▸ **Exercise**
With the first line as the start and the line containing "2.2961005937), (4.2426406878, 4.2426406864))" as the end, write out every line of the records exactly.

Segment Start: Data provided

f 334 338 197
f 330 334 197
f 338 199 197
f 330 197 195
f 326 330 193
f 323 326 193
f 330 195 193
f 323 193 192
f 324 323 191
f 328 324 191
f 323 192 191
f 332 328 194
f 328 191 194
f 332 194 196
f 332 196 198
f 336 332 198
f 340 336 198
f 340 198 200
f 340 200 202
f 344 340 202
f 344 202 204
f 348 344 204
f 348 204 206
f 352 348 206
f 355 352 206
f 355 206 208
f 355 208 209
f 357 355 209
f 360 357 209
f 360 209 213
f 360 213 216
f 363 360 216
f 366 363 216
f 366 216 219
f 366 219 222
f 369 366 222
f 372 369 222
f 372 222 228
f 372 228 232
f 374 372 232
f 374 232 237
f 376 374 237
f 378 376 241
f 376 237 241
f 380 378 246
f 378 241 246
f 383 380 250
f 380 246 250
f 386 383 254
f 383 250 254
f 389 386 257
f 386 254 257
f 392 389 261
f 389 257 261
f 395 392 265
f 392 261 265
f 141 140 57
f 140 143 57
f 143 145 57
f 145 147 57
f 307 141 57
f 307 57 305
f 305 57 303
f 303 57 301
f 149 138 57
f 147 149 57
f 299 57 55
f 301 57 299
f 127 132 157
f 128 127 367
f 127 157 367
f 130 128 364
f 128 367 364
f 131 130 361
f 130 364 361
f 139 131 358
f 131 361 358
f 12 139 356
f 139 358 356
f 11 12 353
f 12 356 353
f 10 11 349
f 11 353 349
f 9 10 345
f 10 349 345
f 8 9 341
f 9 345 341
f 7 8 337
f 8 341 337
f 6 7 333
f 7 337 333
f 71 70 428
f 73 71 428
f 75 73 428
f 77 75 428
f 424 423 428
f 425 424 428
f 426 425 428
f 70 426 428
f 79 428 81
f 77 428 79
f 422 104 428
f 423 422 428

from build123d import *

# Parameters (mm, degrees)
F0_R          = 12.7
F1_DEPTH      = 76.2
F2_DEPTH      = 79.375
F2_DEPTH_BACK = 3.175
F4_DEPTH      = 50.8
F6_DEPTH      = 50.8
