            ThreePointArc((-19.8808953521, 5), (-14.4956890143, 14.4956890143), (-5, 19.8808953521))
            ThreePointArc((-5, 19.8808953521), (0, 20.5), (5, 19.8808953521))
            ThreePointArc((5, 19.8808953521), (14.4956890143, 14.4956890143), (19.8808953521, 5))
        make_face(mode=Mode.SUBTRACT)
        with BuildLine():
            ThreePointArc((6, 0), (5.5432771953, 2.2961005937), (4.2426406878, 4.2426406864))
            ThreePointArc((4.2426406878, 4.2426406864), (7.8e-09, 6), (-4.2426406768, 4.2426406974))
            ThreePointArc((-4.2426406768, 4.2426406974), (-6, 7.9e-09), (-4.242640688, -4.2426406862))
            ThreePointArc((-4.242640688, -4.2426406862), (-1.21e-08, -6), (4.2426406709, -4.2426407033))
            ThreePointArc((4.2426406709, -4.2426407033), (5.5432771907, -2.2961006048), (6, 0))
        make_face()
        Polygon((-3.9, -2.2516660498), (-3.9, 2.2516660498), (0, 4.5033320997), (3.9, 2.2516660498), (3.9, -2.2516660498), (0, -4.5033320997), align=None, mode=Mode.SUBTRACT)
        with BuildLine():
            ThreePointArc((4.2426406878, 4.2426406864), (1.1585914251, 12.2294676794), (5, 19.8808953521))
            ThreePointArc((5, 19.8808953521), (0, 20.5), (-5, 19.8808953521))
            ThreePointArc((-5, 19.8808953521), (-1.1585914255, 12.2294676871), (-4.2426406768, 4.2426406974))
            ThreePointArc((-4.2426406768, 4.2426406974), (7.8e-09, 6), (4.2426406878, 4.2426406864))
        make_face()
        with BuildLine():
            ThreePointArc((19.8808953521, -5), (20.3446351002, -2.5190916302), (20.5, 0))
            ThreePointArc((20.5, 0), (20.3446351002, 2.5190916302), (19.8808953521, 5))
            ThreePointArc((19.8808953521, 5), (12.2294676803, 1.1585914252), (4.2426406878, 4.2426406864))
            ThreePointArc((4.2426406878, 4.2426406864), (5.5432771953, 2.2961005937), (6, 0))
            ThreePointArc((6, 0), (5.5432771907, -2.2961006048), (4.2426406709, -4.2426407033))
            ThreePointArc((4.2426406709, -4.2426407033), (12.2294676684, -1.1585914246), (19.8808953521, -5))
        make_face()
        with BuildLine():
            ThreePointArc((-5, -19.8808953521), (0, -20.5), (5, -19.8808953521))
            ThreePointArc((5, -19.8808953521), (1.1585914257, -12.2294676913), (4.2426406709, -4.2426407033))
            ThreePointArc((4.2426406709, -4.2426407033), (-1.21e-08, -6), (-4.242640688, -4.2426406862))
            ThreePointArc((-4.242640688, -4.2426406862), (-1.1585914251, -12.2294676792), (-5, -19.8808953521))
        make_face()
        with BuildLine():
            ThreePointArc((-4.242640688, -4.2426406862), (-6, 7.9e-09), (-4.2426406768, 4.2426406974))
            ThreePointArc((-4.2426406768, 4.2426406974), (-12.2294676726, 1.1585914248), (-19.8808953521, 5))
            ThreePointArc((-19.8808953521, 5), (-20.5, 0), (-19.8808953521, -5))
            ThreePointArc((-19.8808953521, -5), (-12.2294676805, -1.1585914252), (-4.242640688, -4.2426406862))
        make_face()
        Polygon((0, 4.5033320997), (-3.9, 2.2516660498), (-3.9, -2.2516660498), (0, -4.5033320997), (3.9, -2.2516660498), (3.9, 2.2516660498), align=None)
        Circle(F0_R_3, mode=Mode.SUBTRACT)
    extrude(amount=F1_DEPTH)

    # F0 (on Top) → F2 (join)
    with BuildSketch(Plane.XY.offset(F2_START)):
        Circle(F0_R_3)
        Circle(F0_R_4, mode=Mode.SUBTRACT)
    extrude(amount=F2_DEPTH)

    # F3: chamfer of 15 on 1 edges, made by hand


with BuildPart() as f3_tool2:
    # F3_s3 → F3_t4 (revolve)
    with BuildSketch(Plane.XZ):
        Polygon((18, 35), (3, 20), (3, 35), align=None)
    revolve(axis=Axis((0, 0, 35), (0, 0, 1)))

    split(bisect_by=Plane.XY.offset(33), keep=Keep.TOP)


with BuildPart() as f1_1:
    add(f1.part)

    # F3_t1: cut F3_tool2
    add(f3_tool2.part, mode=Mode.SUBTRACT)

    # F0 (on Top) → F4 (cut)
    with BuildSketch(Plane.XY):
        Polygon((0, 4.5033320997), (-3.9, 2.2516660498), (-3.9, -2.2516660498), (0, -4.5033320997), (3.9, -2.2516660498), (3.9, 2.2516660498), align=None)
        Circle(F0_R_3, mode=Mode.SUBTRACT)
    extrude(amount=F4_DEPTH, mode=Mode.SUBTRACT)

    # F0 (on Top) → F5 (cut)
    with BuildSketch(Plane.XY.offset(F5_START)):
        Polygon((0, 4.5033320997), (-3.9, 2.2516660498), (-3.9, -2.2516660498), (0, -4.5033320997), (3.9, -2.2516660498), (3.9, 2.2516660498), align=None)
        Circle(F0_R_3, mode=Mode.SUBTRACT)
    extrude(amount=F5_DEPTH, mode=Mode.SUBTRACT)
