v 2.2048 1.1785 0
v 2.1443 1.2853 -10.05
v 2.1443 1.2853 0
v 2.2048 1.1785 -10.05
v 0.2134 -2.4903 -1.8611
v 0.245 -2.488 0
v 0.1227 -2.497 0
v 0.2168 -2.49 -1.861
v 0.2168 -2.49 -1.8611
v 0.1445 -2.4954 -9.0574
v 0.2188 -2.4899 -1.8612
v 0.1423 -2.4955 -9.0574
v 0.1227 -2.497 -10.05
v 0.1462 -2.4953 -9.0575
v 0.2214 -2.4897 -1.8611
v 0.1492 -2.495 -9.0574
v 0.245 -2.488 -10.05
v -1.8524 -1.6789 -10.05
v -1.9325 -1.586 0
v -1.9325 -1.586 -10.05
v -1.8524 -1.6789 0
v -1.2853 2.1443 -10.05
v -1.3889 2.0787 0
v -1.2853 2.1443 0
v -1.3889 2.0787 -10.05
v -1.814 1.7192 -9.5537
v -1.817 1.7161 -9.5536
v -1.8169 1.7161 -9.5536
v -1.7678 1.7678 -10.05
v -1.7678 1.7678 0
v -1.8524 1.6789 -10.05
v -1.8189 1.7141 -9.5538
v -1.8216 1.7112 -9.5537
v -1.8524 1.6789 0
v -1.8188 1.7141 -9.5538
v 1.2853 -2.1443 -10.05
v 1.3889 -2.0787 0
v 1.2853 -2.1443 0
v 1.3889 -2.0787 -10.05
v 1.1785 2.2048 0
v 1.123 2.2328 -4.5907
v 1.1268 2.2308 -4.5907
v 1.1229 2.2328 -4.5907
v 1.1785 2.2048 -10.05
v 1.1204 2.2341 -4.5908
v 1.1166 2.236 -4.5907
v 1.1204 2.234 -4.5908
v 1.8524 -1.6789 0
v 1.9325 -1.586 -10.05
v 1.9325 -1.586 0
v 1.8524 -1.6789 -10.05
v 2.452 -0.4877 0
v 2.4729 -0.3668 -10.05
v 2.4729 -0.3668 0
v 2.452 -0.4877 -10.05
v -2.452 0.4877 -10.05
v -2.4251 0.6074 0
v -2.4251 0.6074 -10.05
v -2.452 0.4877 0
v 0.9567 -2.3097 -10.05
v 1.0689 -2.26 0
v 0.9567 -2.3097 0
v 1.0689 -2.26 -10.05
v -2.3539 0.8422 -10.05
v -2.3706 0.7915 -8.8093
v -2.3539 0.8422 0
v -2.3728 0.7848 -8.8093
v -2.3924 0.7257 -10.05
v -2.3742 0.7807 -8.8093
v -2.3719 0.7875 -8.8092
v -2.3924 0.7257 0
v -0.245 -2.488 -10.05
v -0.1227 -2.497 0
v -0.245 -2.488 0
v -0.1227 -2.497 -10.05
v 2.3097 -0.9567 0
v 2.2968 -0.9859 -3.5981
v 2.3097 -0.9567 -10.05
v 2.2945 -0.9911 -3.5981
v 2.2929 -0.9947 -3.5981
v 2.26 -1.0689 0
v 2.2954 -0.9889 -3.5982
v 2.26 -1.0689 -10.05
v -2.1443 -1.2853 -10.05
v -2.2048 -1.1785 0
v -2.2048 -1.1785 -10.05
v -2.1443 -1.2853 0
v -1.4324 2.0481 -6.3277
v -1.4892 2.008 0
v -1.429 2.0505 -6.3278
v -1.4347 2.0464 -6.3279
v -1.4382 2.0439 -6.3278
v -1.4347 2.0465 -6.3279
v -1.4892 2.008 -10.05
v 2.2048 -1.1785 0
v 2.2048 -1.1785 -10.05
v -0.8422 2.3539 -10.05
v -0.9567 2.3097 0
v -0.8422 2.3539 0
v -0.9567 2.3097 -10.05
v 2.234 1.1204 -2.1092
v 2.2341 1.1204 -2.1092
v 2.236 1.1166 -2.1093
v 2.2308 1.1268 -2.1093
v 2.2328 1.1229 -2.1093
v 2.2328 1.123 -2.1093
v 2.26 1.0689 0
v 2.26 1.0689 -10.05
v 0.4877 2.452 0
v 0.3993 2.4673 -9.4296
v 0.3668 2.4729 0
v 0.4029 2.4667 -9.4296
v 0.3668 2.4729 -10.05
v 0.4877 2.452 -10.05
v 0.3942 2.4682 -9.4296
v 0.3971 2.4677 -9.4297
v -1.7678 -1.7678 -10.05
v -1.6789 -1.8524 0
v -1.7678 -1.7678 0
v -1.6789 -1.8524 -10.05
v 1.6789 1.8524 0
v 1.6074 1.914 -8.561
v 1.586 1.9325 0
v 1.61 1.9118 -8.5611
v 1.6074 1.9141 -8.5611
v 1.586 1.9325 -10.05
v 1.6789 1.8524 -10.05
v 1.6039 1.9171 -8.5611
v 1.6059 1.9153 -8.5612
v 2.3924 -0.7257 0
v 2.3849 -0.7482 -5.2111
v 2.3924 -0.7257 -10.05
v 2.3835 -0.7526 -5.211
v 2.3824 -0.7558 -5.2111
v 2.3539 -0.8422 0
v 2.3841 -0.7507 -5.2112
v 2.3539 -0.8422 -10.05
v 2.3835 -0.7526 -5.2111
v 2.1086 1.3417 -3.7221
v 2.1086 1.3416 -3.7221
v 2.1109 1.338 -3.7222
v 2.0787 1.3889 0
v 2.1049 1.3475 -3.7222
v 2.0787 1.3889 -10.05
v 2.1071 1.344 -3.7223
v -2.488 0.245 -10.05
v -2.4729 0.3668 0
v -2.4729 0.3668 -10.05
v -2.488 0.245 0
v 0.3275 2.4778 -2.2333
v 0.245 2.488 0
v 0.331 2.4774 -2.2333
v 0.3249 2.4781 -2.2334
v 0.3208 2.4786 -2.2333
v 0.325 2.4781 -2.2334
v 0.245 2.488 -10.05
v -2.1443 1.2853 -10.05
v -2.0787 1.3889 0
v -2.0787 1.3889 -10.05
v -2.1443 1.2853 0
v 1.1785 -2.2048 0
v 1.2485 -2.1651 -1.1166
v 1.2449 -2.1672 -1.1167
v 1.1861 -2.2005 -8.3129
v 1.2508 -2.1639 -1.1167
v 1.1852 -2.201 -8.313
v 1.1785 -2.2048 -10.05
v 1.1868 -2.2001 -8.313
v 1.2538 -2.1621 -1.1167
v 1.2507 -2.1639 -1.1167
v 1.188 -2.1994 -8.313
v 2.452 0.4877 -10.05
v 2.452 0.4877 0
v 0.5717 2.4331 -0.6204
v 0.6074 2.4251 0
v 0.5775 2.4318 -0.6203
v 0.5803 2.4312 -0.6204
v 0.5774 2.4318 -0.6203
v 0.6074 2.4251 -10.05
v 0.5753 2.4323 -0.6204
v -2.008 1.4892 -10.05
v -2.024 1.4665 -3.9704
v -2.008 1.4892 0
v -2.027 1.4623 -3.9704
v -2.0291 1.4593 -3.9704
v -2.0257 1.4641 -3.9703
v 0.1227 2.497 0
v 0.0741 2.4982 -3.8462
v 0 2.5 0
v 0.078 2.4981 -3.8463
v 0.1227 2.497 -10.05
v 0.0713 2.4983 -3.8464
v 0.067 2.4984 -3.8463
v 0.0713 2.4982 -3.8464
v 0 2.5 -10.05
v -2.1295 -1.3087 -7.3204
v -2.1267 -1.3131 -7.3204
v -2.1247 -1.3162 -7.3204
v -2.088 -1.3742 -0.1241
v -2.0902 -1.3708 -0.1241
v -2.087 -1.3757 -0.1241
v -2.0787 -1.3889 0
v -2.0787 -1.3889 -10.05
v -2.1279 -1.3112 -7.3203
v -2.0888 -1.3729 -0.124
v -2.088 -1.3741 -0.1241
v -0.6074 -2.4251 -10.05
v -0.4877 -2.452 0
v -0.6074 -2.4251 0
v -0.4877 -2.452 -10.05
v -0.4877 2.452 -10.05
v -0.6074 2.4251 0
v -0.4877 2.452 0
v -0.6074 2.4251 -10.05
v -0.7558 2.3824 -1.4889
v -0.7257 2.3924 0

Segment End: Data provided

▸ **Solution to this exercise**
f 334 338 197
f 330 334 197
f 338 199 197
f 330 197 195
f 326 330 193
f 323 326 193
f 330 195 193
f 323 193 192
f 324 323 191
f 328 324 191
f 323 192 191
f 332 328 194
f 328 191 194
f 332 194 196
f 332 196 198
f 336 332 198
f 340 336 198
f 340 198 200
f 340 200 202
f 344 340 202
f 344 202 204
f 348 344 204
f 348 204 206
f 352 348 206
f 355 352 206
f 355 206 208
f 355 208 209
f 357 355 209
f 360 357 209
f 360 209 213
f 360 213 216
f 363 360 216
f 366 363 216
f 366 216 219
f 366 219 222
f 369 366 222
f 372 369 222
f 372 222 228
f 372 228 232
f 374 372 232
f 374 232 237
f 376 374 237
f 378 376 241
f 376 237 241
f 380 378 246
f 378 241 246
f 383 380 250
f 380 246 250
f 386 383 254
f 383 250 254
f 389 386 257
f 386 254 257
f 392 389 261
f 389 257 261
f 395 392 265
f 392 261 265
f 141 140 57
f 140 143 57
f 143 145 57
f 145 147 57
f 307 141 57
f 307 57 305
f 305 57 303
f 303 57 301
f 149 138 57
f 147 149 57
f 299 57 55
f 301 57 299
f 127 132 157
f 128 127 367
f 127 157 367
f 130 128 364
f 128 367 364
f 131 130 361
f 130 364 361
f 139 131 358
f 131 361 358
f 12 139 356
f 139 358 356
f 11 12 353
f 12 356 353
f 10 11 349
f 11 353 349
f 9 10 345
f 10 349 345
f 8 9 341
f 9 345 341
f 7 8 337
f 8 341 337
f 6 7 333
f 7 337 333
f 71 70 428
f 73 71 428
f 75 73 428
f 77 75 428
f 424 423 428
f 425 424 428
f 426 425 428
f 70 426 428
f 79 428 81
f 77 428 79
f 422 104 428
f 423 422 428

from build123d import *

# Parameters (mm, degrees)
F0_R          = 12.7
F1_DEPTH      = 76.2
F2_DEPTH      = 79.375
F2_DEPTH_BACK = 3.175
F4_DEPTH      = 50.8
F6_DEPTH      = 50.8
            ThreePointArc((-19.8808953521, 5), (-14.4956890143, 14.4956890143), (-5, 19.8808953521))
            ThreePointArc((-5, 19.8808953521), (0, 20.5), (5, 19.8808953521))
            ThreePointArc((5, 19.8808953521), (14.4956890143, 14.4956890143), (19.8808953521, 5))
        make_face(mode=Mode.SUBTRACT)
        with BuildLine():
            ThreePointArc((6, 0), (5.5432771953, 2.2961005937), (4.2426406878, 4.2426406864))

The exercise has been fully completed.